History

United Kingdom
- Name: Nimrod
- Namesake: Nimrod
- Builder: R & A Carsewell, Greenock
- Launched: 1824
- Fate: Wrecked 1854

General characteristics
- Tons burthen: 174 (bm)
- Length: 77 ft 9 in (23.7 m)
- Beam: 22 ft 8 in (6.9 m)
- Depth of hold: 14 ft 3 in (4.34 m)
- Propulsion: Sails
- Sail plan: Brig

= Nimrod (1824 ship) =

Nimrod was launched in 1824. Ownership transferred from Port Glasgow to Leith in 1834, and then in 1839 to Sydney, New South Wales. She spent much of her subsequent career trading between Australian and New Zealand ports.

On 20 March 1840, Nimrod, of 174 tons (bm), Hay, master, arrived at Port Nicholson (Wellington), from Sydney.

In 1840, the brig Nimrod, of 174 tons, Lancaster, master, and origin Sydney, departed on 25 October with 12 passengers for the Bay of Islands.

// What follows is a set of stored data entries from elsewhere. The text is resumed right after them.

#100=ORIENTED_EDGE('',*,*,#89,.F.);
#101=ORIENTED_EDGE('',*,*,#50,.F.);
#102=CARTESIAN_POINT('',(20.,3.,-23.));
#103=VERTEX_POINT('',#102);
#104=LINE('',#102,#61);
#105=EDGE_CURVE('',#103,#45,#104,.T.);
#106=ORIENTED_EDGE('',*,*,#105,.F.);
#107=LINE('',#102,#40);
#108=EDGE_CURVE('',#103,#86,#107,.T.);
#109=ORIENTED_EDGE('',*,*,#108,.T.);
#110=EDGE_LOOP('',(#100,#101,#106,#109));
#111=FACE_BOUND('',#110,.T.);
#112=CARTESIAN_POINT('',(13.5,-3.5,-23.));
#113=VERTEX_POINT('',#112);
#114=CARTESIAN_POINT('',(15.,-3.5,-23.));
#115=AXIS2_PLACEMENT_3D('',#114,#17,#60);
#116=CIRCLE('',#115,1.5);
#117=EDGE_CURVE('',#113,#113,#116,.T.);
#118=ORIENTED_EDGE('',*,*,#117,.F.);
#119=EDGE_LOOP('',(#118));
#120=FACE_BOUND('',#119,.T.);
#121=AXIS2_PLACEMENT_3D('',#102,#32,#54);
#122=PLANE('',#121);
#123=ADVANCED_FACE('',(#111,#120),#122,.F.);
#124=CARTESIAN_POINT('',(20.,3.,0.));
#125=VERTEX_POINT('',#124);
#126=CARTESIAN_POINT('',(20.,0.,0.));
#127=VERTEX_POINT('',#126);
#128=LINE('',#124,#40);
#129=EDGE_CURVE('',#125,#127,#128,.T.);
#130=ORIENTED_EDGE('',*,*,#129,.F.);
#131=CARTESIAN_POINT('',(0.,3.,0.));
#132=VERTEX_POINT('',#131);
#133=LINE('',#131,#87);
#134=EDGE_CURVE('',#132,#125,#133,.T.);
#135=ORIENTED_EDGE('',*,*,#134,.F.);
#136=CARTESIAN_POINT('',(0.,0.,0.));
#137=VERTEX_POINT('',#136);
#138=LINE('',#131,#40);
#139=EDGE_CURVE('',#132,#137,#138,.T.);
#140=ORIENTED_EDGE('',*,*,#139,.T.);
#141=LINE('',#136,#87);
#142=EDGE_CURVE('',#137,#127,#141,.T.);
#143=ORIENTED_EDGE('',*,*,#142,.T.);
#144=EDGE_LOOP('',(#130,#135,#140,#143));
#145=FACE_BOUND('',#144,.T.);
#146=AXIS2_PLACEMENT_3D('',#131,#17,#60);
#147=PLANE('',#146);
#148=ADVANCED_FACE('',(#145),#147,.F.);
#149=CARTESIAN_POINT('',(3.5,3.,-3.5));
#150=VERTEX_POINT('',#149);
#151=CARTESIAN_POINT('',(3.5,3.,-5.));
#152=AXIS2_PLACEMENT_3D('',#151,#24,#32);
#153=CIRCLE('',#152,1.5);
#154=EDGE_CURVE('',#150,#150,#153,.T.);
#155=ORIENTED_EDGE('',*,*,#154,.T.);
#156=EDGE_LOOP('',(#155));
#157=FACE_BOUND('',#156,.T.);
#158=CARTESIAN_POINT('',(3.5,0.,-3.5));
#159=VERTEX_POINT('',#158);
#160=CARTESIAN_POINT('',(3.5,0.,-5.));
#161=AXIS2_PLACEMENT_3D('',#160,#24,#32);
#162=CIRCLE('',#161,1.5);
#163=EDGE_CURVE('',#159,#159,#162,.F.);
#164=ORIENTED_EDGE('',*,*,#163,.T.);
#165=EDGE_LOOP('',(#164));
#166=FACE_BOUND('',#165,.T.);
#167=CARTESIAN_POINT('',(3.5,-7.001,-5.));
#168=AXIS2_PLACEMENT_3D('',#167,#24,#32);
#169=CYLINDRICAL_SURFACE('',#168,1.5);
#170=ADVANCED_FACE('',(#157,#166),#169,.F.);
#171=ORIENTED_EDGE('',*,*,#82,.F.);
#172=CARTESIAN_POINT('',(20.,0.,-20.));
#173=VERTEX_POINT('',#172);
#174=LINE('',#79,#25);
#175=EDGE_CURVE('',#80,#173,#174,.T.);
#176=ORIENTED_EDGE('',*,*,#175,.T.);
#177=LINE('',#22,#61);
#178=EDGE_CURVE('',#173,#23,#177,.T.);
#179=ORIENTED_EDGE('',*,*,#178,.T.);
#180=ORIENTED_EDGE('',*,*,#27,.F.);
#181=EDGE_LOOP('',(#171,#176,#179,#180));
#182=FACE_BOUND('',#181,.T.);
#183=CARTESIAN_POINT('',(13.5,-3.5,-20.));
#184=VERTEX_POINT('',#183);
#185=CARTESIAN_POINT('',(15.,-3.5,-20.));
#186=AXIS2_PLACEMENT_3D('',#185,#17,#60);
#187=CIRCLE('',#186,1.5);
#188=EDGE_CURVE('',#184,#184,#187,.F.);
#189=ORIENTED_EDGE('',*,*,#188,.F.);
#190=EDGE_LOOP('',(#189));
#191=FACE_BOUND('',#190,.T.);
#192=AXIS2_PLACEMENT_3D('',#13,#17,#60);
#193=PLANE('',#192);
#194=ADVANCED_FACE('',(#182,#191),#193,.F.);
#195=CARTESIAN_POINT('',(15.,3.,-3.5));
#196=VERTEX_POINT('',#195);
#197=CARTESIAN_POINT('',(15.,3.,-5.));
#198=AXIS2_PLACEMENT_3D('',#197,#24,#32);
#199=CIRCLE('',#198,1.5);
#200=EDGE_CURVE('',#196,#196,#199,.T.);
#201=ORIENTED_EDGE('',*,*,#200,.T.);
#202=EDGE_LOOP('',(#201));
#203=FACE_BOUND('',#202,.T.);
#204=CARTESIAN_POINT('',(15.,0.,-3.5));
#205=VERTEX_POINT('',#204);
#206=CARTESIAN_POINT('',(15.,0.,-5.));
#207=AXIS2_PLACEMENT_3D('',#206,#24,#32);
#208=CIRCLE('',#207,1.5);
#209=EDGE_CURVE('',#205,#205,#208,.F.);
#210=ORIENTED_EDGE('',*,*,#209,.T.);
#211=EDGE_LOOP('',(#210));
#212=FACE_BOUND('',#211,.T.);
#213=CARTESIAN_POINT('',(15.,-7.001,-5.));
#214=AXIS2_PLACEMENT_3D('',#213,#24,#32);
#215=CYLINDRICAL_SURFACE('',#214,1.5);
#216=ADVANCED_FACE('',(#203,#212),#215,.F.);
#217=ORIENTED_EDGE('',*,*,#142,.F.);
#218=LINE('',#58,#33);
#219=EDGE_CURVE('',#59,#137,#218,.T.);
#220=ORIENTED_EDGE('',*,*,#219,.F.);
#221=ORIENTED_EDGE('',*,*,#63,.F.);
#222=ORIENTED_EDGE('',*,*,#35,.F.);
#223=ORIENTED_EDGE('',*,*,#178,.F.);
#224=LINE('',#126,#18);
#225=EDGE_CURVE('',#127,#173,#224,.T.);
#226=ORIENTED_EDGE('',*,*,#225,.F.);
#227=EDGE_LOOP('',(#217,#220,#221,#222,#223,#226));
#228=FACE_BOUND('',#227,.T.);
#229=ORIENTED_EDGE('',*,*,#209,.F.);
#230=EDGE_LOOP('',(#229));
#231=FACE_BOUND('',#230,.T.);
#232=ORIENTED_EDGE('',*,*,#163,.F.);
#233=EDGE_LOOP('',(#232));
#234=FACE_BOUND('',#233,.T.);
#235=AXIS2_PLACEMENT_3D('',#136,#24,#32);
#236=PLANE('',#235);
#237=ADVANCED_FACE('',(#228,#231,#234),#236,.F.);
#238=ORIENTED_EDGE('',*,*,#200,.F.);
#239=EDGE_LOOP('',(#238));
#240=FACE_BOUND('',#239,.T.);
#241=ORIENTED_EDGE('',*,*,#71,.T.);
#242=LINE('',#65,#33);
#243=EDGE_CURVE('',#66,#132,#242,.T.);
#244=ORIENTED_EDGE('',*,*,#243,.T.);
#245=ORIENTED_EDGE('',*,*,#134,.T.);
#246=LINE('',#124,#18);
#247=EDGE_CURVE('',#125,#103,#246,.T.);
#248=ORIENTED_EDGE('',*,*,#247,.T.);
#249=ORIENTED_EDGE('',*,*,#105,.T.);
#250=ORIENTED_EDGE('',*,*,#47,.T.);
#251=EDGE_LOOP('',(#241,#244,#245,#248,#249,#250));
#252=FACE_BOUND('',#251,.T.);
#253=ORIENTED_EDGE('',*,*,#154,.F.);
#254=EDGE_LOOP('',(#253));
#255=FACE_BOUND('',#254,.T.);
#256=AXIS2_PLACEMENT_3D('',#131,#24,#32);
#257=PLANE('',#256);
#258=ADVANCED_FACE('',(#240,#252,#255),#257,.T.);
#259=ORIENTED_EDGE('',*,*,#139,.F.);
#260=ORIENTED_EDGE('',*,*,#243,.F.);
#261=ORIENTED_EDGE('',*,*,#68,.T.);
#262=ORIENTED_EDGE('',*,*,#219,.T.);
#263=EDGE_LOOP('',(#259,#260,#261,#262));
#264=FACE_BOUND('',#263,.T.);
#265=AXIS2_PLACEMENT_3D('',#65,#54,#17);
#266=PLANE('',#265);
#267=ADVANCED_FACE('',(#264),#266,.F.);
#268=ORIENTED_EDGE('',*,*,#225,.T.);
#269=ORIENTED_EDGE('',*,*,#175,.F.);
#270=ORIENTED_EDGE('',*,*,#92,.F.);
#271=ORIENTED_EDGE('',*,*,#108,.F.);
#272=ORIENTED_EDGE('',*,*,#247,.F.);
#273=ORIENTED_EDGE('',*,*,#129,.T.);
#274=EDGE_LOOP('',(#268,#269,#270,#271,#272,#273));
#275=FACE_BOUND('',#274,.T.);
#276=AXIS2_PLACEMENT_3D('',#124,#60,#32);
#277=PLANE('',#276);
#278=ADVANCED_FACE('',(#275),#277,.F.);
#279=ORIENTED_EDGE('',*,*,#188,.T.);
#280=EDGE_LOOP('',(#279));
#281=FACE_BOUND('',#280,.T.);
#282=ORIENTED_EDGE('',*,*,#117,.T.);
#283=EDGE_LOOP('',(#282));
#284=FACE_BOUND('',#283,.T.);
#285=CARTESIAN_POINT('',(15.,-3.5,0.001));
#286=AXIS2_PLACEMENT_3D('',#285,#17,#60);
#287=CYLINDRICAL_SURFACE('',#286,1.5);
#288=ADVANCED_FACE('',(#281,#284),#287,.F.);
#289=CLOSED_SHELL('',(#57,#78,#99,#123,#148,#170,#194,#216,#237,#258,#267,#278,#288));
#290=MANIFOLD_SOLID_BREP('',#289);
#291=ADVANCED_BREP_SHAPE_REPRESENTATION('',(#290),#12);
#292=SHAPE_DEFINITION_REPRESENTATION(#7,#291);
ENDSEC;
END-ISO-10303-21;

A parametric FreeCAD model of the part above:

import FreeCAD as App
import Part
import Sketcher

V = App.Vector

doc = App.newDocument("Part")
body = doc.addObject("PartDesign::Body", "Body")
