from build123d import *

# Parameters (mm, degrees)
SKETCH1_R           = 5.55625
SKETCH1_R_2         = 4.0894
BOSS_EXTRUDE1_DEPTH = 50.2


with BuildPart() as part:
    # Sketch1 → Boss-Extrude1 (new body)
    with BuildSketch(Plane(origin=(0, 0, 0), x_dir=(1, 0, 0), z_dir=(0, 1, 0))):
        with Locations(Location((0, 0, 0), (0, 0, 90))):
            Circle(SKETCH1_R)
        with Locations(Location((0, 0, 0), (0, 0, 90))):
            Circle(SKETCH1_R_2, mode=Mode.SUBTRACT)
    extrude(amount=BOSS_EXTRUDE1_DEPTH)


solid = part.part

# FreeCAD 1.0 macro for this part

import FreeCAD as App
import Part
import Sketcher
from FreeCAD import Vector
Q = App.Units.Quantity

doc = App.newDocument("Part")
params = doc.addObject("Spreadsheet::Sheet", "Params")
for row, (alias, value) in enumerate([
    ("sketch1_diameter", "0.4375 in"),
    ("sketch1_diameter2", "0.322 in"),
    ("pad1_length", "50.2 mm"),
], start=1):
    params.set(f"A{row}", alias)
    params.set(f"B{row}", "=" + value)
    params.setAlias(f"B{row}", alias)

body = doc.addObject("PartDesign::Body", "Body")

# Sketch on XZ plane
sketch1 = body.newObject("Sketcher::SketchObject", "Sketch")
sketch1.AttachmentSupport = (doc.getObject("XZ_Plane"), [""])
sketch1.MapMode = "FlatFace"
sketch1.addGeometry([
    Part.Circle(Vector(0, 0, 0), Vector(0, 0, 1), 5.55625),
    Part.Circle(Vector(0, 0, 0), Vector(0, 0, 1), 4.0894),
], False)
sketch1.addConstraint([
    Sketcher.Constraint("Coincident", 0, 3, -1, 1),
    Sketcher.Constraint("Coincident", 1, 3, -1, 1),
    Sketcher.Constraint("Diameter", 0, Q("0.4375 in")),
    Sketcher.Constraint("Diameter", 1, Q("0.322 in")),
])
sketch1.setExpression("Constraints[2]", "Params.sketch1_diameter")
sketch1.setExpression("Constraints[3]", "Params.sketch1_diameter2")
pad1 = body.newObject("PartDesign::Pad", "Pad")
pad1.Profile = sketch1
pad1.setExpression("Length", "Params.pad1_length")
pad1.Reversed = True

doc.recompute()
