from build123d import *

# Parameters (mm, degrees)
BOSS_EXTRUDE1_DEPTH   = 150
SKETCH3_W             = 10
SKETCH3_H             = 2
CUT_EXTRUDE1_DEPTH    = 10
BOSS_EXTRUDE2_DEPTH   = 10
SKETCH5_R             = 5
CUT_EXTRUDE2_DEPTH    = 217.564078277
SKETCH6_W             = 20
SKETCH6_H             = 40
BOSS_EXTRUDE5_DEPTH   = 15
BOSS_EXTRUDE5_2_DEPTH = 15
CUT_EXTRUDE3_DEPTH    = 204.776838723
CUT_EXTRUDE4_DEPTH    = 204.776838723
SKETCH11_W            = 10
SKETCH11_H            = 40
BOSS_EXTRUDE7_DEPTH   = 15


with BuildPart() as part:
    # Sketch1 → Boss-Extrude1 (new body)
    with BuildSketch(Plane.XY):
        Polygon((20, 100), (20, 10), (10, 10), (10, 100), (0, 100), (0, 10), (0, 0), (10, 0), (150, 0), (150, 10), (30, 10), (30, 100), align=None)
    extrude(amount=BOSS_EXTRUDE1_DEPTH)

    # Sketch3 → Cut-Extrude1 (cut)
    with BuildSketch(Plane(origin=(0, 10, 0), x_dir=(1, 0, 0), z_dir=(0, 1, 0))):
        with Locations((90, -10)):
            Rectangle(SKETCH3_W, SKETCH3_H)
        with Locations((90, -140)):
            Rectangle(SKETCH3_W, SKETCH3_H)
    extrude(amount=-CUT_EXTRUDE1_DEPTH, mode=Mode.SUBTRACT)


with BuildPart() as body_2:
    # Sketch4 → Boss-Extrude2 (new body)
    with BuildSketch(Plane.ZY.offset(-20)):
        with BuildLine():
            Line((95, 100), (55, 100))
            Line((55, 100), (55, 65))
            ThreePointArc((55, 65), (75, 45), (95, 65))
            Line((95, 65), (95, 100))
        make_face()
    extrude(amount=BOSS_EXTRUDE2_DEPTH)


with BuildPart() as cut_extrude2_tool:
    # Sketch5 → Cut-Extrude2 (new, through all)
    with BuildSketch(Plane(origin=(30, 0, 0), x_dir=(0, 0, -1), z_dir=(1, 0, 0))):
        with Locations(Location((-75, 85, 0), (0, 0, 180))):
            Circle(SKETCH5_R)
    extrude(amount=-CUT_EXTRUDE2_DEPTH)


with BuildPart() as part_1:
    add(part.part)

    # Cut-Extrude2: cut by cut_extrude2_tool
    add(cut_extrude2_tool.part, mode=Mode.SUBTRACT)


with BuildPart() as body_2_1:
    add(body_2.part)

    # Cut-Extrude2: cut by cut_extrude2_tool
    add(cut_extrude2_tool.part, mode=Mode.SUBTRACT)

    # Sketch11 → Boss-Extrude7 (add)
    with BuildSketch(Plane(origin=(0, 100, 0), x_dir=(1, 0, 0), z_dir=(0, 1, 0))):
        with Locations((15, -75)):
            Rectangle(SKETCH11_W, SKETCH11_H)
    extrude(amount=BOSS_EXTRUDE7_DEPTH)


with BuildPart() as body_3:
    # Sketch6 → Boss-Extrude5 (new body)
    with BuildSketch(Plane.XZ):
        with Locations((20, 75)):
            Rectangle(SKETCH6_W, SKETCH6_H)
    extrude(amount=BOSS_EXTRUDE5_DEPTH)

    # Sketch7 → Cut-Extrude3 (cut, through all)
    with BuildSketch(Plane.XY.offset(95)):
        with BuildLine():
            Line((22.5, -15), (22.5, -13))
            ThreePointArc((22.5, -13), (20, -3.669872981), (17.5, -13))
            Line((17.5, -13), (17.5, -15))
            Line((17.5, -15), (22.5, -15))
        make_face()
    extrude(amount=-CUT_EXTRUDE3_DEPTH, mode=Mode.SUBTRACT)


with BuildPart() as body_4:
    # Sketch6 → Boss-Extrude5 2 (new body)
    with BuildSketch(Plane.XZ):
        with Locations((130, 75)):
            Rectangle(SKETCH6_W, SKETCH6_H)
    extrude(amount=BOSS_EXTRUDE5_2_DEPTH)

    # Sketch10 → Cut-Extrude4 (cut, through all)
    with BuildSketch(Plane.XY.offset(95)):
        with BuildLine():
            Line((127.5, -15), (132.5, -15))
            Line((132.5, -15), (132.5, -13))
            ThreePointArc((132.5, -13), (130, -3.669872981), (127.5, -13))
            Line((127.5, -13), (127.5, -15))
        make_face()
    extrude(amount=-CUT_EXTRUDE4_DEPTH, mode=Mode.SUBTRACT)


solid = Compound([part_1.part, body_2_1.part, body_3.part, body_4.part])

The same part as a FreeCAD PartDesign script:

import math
import FreeCAD as App
import Part
import Sketcher
Q = App.Units.Quantity


def add_polygon(sketch, points):
    """Adds a closed chain of lines whose ends are joined by coincident constraints."""
    first, n = sketch.GeometryCount, len(points)
    for a, b in zip(points, points[1:] + points[:1]):
        sketch.addGeometry(Part.LineSegment(App.Vector(*a, 0), App.Vector(*b, 0)), False)
    for i in range(n):
        sketch.addConstraint(Sketcher.Constraint("Coincident", first + i, 2, first + (i + 1) % n, 1))

doc = App.newDocument("Part")
body = doc.addObject("PartDesign::Body", "Body")

# Sketch on XY plane
sketch1 = doc.addObject("Sketcher::SketchObject", "Sketch")
body.addObject(sketch1)
sketch1.AttachmentSupport = (doc.XY_Plane, [""])
sketch1.MapMode = "FlatFace"
add_polygon(sketch1, [(20, 100), (20, 10), (10, 10), (10, 100), (0, 100), (0, 0), (150, 0), (150, 10), (30, 10), (30, 100)])  # lines 0-9
sketch1.addConstraint([
    Sketcher.Constraint("Vertical", 0),
    Sketcher.Constraint("Horizontal", 1),
    Sketcher.Constraint("Vertical", 2),
    Sketcher.Constraint("Horizontal", 3),
    Sketcher.Constraint("Vertical", 4),
    Sketcher.Constraint("Horizontal", 5),
    Sketcher.Constraint("Vertical", 6),
    Sketcher.Constraint("Horizontal", 7),
    Sketcher.Constraint("Vertical", 8),
    Sketcher.Constraint("Horizontal", 9),
    Sketcher.Constraint("Coincident", 4, 2, -1, 1),
    Sketcher.Constraint("Horizontal", 1, 2, 6, 2),
    Sketcher.Constraint("Horizontal", 3, 2, 8, 2),
    Sketcher.Constraint("Equal", 1, 3),
    Sketcher.Constraint("Equal", 3, 9),
    Sketcher.Constraint("Equal", 9, 6),
    Sketcher.Constraint("DistanceX", 1, 2, 1, 1, Q("10 mm")),
    Sketcher.Constraint("DistanceX", 5, 1, 5, 2, Q("150 mm")),
    Sketcher.Constraint("DistanceY", 0, 2, 0, 1, Q("90 mm")),
])
pad1 = doc.addObject("PartDesign::Pad", "Pad")
body.addObject(pad1)
pad1.Profile = sketch1
pad1.Length = 150

# Sketch on XZ plane
sketch2 = doc.addObject("Sketcher::SketchObject", "Sketch001")
body.addObject(sketch2)
sketch2.AttachmentSupport = (doc.XZ_Plane, [""])
sketch2.MapMode = "FlatFace"
sketch2.AttachmentOffset = App.Placement(App.Vector(0, 0, -10), App.Rotation())
add_polygon(sketch2, [(85, 9), (85, 11), (95, 11), (95, 9)])  # lines 0-3
add_polygon(sketch2, [(85, 139), (85, 141), (95, 141), (95, 139)])  # lines 4-7
sketch2.addConstraint([
    Sketcher.Constraint("Vertical", 0),
    Sketcher.Constraint("Horizontal", 1),
    Sketcher.Constraint("Vertical", 2),
    Sketcher.Constraint("Horizontal", 3),
    Sketcher.Constraint("Vertical", 4),
    Sketcher.Constraint("Horizontal", 5),
    Sketcher.Constraint("Vertical", 6),
    Sketcher.Constraint("Horizontal", 7),
    Sketcher.Constraint("Vertical", 3, 2, 4, 2),
    Sketcher.Constraint("Vertical", 2, 2, 5, 2),
    Sketcher.Constraint("Equal", 2, 4),
    Sketcher.Constraint("DistanceX", 1, 1, 1, 2, Q("10 mm")),
    Sketcher.Constraint("DistanceY", 0, 1, 0, 2, Q("2 mm")),
    Sketcher.Constraint("DistanceX", -1, 1, 0, 2, Q("85 mm")),
    Sketcher.Constraint("DistanceY", -1, 1, 0, 2, Q("11 mm")),
    Sketcher.Constraint("DistanceY", -1, 1, 4, 2, Q("141 mm")),
])
pocket1 = doc.addObject("PartDesign::Pocket", "Pocket")
body.addObject(pocket1)
pocket1.Profile = sketch2
pocket1.Length = 10
pocket1.Reversed = True
body2 = doc.addObject("PartDesign::Body", "Body001")

# Sketch on YZ plane
sketch3 = doc.addObject("Sketcher::SketchObject", "Sketch002")
body2.addObject(sketch3)
sketch3.AttachmentSupport = (doc.getObject("YZ_Plane001"), [""])
sketch3.MapMode = "FlatFace"
sketch3.AttachmentOffset = App.Placement(App.Vector(0, 0, 20), App.Rotation())
sketch3.addGeometry([
    Part.LineSegment(App.Vector(100, 95, 0), App.Vector(100, 55, 0)),
    Part.LineSegment(App.Vector(100, 55, 0), App.Vector(65, 55, 0)),
    Part.ArcOfCircle(Part.Circle(App.Vector(65, 75, 0), App.Vector(0, 0, 1), 20), math.radians(90), math.radians(270)),
    Part.LineSegment(App.Vector(65, 95, 0), App.Vector(100, 95, 0)),
], False)
sketch3.addConstraint([
    Sketcher.Constraint("Coincident", 0, 2, 1, 1),
    Sketcher.Constraint("Tangent", 1, 2, 2, 2),
    Sketcher.Constraint("Tangent", 2, 1, 3, 1),
    Sketcher.Constraint("Coincident", 3, 2, 0, 1),
    Sketcher.Constraint("Vertical", 0),
    Sketcher.Constraint("Horizontal", 1),
    Sketcher.Constraint("Horizontal", 3),
    Sketcher.Constraint("Radius", 2, Q("20 mm")),
    Sketcher.Constraint("DistanceX", 1, 2, 1, 1, Q("35 mm")),
    Sketcher.Constraint("DistanceX", -1, 1, 2, 3, Q("65 mm")),
    Sketcher.Constraint("DistanceY", -1, 1, 2, 3, Q("75 mm")),
])
pad2 = doc.addObject("PartDesign::Pad", "Pad001")
body2.addObject(pad2)
pad2.Profile = sketch3
pad2.Length = 10
pad2.Reversed = True
body3 = doc.addObject("PartDesign::Body", "Body002")

# Sketch on YZ plane
sketch4 = doc.addObject("Sketcher::SketchObject", "Sketch003")
body3.addObject(sketch4)
sketch4.AttachmentSupport = (doc.getObject("YZ_Plane002"), [""])
sketch4.MapMode = "FlatFace"
sketch4.AttachmentOffset = App.Placement(App.Vector(0, 0, 30), App.Rotation())
sketch4.addGeometry(Part.Circle(App.Vector(85, 75, 0), App.Vector(0, 0, 1), 5), False)
sketch4.addConstraint([
    Sketcher.Constraint("Diameter", 0, Q("10 mm")),
    Sketcher.Constraint("DistanceX", -1, 1, 0, 3, Q("85 mm")),
    Sketcher.Constraint("DistanceY", -1, 1, 0, 3, Q("75 mm")),
])
pad3 = doc.addObject("PartDesign::Pad", "Pad002")
body3.addObject(pad3)
pad3.Profile = sketch4
pad3.Length = 217.564078
pad3.Reversed = True
doc.recompute()

body4 = doc.addObject("PartDesign::Body", "Body003")
body4.BaseFeature = body3
boolean = doc.addObject("PartDesign::Boolean", "Boolean")
body.addObject(boolean)
boolean.Type = "Cut"
boolean.addObjects([body4])
doc.recompute()

boolean2 = doc.addObject("PartDesign::Boolean", "Boolean001")
body2.addObject(boolean2)
boolean2.Type = "Cut"
boolean2.addObjects([body3])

The Sydney Morning Herald reported on 14 November 1842 that parties in the Bay of Islands had purchased Nimrod for use as a whaler. (Note: The authors of the book reporting this news are interested in the life of the author Herman Melville, and may be mistaking the Nimrod of the news with another Nimrod that was also a whaler and also operating in the South Pacific.) She went on to make 7 whaling voyages from Hobart between 1846 and 1854.

==Fate==
Nimrod was wrecked off the coast of the Horne Islands, north west of Fiji in July 1854. "The Nimrod, had been lying at anchor off Horn's Island, and was getting under way, when her anchor got hooked amongst some rocks, and sail being upon the vessel, she canted and ran stern on".